Monday, Feb. 07, 1944
Paper Cutter
Harold Boeschenstein's earliest memories are of paper and ink and the newspaper business. Nowadays he fervently wishes that he could forget all about them.
Pipe-smoking Harold Boeschenstein (pronounced Beshinstyne) last week sat behind an immaculate, paperless desk in Washington while about him swirled a paper-littered storm of questions, demands, complaints, pleadings and pressures. As acting director of WPB's Forest Products Bureau* he is the Government's unenvied Solomon, who has to decide who gets how much paper--and there is not enough paper to go around.
Pressed Upon. Black-browed Mr. Boeschenstein, for months one of Washington's most pressured men, is in the middle of new pressures from the press. The cause: his ruling has turned recent good news about newsprint into disappointing news for U.S. newspaper publishers.

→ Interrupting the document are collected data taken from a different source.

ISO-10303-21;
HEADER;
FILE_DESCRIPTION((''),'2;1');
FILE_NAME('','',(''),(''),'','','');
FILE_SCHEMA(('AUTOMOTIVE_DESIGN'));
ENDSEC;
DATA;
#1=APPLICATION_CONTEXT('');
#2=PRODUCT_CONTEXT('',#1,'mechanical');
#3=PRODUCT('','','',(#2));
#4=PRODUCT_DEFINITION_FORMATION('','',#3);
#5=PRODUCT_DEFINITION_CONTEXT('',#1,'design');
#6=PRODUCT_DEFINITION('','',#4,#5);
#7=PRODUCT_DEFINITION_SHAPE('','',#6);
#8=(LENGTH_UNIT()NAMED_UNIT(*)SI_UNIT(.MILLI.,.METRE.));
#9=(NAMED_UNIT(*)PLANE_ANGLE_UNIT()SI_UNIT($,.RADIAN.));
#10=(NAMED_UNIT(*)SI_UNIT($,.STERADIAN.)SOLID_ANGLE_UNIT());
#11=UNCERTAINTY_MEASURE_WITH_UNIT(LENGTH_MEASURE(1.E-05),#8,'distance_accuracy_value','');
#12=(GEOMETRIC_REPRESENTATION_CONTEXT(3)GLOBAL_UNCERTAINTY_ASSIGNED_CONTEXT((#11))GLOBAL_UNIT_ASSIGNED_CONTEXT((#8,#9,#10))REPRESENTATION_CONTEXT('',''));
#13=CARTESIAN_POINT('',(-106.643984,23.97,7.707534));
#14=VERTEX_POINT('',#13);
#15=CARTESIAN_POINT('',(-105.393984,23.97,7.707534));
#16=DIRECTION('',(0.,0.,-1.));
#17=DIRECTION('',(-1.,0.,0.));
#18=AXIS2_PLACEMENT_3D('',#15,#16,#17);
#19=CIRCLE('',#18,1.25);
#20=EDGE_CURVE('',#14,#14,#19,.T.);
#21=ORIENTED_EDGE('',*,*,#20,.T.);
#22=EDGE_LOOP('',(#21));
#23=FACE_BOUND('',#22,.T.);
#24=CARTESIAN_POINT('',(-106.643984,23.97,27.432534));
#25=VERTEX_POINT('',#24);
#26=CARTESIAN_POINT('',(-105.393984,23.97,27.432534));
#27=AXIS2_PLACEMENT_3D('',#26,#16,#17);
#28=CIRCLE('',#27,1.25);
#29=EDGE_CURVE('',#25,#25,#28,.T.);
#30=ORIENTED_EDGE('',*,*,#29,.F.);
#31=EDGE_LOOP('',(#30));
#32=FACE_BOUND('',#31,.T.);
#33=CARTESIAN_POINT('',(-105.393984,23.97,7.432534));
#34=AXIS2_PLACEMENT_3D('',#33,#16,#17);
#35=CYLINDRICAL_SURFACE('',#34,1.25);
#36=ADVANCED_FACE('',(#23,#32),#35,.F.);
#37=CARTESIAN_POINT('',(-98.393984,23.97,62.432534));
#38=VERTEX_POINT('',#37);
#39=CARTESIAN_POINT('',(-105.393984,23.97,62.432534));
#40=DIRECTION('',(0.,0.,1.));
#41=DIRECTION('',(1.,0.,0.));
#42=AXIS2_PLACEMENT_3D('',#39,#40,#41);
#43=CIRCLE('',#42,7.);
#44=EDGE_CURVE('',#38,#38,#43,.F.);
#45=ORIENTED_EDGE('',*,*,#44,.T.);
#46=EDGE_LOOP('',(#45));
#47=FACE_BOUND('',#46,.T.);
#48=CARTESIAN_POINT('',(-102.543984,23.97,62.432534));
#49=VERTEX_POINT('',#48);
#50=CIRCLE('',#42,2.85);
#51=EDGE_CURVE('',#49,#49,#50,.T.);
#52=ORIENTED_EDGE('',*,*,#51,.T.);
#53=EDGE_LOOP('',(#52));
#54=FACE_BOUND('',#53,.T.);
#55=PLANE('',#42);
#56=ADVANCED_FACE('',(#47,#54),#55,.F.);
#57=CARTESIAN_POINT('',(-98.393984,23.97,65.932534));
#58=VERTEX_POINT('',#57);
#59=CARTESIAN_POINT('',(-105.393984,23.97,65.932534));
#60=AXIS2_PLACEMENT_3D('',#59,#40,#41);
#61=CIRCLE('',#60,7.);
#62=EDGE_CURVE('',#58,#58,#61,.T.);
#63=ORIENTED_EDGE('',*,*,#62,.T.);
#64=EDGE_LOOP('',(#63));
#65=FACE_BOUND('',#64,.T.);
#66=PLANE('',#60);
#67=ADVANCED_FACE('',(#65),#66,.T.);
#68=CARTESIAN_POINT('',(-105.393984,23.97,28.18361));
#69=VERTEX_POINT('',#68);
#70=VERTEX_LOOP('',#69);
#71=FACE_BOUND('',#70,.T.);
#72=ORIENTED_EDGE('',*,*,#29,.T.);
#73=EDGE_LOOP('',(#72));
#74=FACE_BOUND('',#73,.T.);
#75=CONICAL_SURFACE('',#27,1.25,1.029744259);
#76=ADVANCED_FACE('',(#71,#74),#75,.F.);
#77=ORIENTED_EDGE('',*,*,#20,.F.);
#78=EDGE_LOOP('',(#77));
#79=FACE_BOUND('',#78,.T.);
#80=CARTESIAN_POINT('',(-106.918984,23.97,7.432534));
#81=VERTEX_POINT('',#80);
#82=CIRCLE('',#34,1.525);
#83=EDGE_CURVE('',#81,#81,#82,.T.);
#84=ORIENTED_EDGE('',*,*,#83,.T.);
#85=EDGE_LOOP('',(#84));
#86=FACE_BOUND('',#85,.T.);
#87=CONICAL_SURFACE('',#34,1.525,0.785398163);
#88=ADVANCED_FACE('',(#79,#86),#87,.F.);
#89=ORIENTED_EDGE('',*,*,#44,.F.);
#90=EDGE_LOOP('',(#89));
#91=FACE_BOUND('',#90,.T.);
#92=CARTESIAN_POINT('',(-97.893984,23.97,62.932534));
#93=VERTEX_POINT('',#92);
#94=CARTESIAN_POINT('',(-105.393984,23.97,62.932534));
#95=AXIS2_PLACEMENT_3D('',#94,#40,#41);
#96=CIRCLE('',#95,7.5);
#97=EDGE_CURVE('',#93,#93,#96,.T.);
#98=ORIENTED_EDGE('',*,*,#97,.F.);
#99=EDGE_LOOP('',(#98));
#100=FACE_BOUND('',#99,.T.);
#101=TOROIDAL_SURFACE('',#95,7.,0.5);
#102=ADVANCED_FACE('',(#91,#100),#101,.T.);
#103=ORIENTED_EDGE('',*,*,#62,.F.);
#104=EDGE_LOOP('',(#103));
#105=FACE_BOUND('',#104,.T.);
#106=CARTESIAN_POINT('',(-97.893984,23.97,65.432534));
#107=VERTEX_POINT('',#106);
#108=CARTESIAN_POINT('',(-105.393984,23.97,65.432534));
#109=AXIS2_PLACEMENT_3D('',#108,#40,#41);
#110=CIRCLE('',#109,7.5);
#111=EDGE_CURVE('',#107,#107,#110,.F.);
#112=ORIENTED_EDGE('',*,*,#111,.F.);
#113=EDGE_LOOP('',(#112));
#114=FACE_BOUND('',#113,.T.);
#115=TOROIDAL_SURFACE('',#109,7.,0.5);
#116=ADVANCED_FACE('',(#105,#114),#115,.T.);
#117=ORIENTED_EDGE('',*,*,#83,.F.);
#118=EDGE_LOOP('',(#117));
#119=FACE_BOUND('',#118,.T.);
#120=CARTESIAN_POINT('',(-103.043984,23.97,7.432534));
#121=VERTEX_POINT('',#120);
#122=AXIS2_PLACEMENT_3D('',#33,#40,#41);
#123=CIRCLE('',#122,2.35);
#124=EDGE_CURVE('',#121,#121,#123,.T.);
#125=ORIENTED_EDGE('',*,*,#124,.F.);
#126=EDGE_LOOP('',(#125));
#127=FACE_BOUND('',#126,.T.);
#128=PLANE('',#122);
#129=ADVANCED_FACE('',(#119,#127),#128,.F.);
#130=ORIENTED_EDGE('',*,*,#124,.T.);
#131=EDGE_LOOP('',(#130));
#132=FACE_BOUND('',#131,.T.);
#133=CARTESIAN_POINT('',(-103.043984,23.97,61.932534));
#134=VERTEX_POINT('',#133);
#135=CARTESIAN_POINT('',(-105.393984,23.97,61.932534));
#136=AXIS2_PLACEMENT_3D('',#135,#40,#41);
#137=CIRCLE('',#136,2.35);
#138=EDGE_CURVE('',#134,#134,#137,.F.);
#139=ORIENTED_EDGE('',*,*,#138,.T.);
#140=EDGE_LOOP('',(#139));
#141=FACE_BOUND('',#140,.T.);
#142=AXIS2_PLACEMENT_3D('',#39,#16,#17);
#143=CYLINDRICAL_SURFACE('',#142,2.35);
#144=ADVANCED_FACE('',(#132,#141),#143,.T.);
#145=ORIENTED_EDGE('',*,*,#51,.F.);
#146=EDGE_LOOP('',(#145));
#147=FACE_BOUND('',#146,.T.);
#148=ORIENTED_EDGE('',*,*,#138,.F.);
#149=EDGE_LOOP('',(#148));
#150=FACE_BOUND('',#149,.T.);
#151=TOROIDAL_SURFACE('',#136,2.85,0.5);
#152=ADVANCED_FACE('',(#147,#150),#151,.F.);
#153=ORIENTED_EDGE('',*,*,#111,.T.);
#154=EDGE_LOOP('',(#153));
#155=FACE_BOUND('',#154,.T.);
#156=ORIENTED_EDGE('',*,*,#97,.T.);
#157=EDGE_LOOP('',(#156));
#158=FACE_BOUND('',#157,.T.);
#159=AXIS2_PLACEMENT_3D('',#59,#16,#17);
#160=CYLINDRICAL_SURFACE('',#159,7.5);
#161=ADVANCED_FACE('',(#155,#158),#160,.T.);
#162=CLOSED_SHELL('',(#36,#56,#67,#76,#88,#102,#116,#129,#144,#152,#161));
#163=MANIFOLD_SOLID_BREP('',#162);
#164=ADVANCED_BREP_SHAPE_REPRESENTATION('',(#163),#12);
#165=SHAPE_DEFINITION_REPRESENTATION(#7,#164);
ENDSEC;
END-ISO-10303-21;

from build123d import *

# Parameters (mm, degrees)
SKETCH2_R                       = 2.35
BOSS_EXTRUDE1_DEPTH             = 55
SKETCH3_R                       = 7.5
BOSS_EXTRUDE2_DEPTH             = 3.5
FILLET1_R                       = 0.5
M3X0_5_TAPPED_HOLE1_D           = 2.5
M3X0_5_TAPPED_HOLE1_DEPTH       = 20
M3X0_5_TAPPED_HOLE1_CSINK_D     = 3.05
M3X0_5_TAPPED_HOLE1_CSINK_ANGLE = 90
M3X0_5_TAPPED_HOLE1_TIP         = 0.751075774


with BuildPart() as part:
    # Sketch2 → Boss-Extrude1 (new body)
    with BuildSketch(Plane.XY.offset(7.432534475)):
        with Locations((-105.393983784, 23.97)):
            Circle(SKETCH2_R)
    extrude(amount=BOSS_EXTRUDE1_DEPTH)

    # Sketch3 → Boss-Extrude2 (add)
    with BuildSketch(Plane.XY.offset(62.432534475)):
        with Locations((-105.393983784, 23.97)):
            Circle(SKETCH3_R)
    extrude(amount=BOSS_EXTRUDE2_DEPTH)

    # Fillet1
    fillet1_edges = [part.edges().sort_by_distance(p)[0] for p in [
        (-107.743983784, 23.97, 62.432534475),
        (-112.893983784, 23.97, 62.432534475),
        (-112.893983784, 23.97, 65.932534475),
    ]]
    fillet(fillet1_edges, radius=FILLET1_R)

    # M3x0.5 Tapped Hole1
    with Locations(Plane(origin=(-105.393983784, 23.97, 7.432534475), x_dir=(-1, 0, 0), z_dir=(0, 0, -1))):
        with Locations((0, 0)):
            CounterSinkHole(M3X0_5_TAPPED_HOLE1_D / 2, M3X0_5_TAPPED_HOLE1_CSINK_D / 2, depth=M3X0_5_TAPPED_HOLE1_DEPTH, counter_sink_angle=M3X0_5_TAPPED_HOLE1_CSINK_ANGLE)
            with Locations((0, 0, -(M3X0_5_TAPPED_HOLE1_DEPTH + M3X0_5_TAPPED_HOLE1_TIP / 2))):  # 118° drill point
                Cone(0, M3X0_5_TAPPED_HOLE1_D / 2, M3X0_5_TAPPED_HOLE1_TIP, mode=Mode.SUBTRACT)


solid = part.part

The good news was that Canada, producer of 73% of U.S. newsprint, was upping its monthly supply from 182,000 to 200,000 tons in 1944's first half. Nursing deep paper cuts (23.6% average for newspapers), many a publisher thought this meant a healing increase in allotments would be coming their way.
Not so. Paper Czar Boeschenstein promptly announced that he would stretch no quotas, would try to build up a little surplus in newsprint supplies instead.
"Dangerous precedent ... a threat to freedom of the press," cried J. D. Gortatowsky, general manager of William Randolph Hearst's newspapers. But Czar Boeschenstein was braced to meet this kind of storm, which he had seen coming. He had allocated 20,000 tons of the extra newsprint to 65 newspapers in part replacement of WPB's 1943 borrowings distributed to quota-short publishers. Another 5,954 tons was laid aside for the extra day of Leap Year.
The WPB figures boiled down to a 1944 first-quarter reserve of only 10,979 tons, a margin of only 1.3%. These figures disposed of publishers' fears that Donald Nelson and Harold Boeschenstein were dragging the U.S. into the newsprint business.
Tougher, Tighter. Boeschenstein, after five months in his paper-cutting post, had served notice that he was running a tougher and tighter Printing and Publishing Division of WPB.
The nation's 1,800 daily newspapers, 9,000 to 10,000 weeklies, 7,750 magazines, the untotaled house organs are but a small part of calm Mr. Boeschenstein's troubles. He also has to deal with a multiplicity of other problems inherent in many other uses of wood products: from income-tax forms and war bonds to delivery of paper-wrapped ammunition in wooden boxes and V-boxes. His efforts go not alone to an equitable chopping of the wood pile, but also to prodding production toward a larger pile.
No Future, No Action. Trim, 47-year-old Mr. Boeschenstein was drafted late in 1942 from the presidency of rich, war-busy Owens-Corning Fiberglas Corp., which he and Amory Houghton put together in 1938 to exploit Owens-Illinois and Corning Glass Works' progressive research in glass fibers.
He landed in the glass business in 1921 after he had decided that there was not much future in the newspaper business and "not enough action in the banking business." He had grown up in his father's rural daily newspaper in Edwardsville, Ill., studied journalism at the University of Illinois, worked for Chicago's City News Bureau and the Tribune. His conclusion: most newsmen burn out young.
* He also heads Productions Controls Bureau, dealing with such crucial materials as steel, copper, aluminum.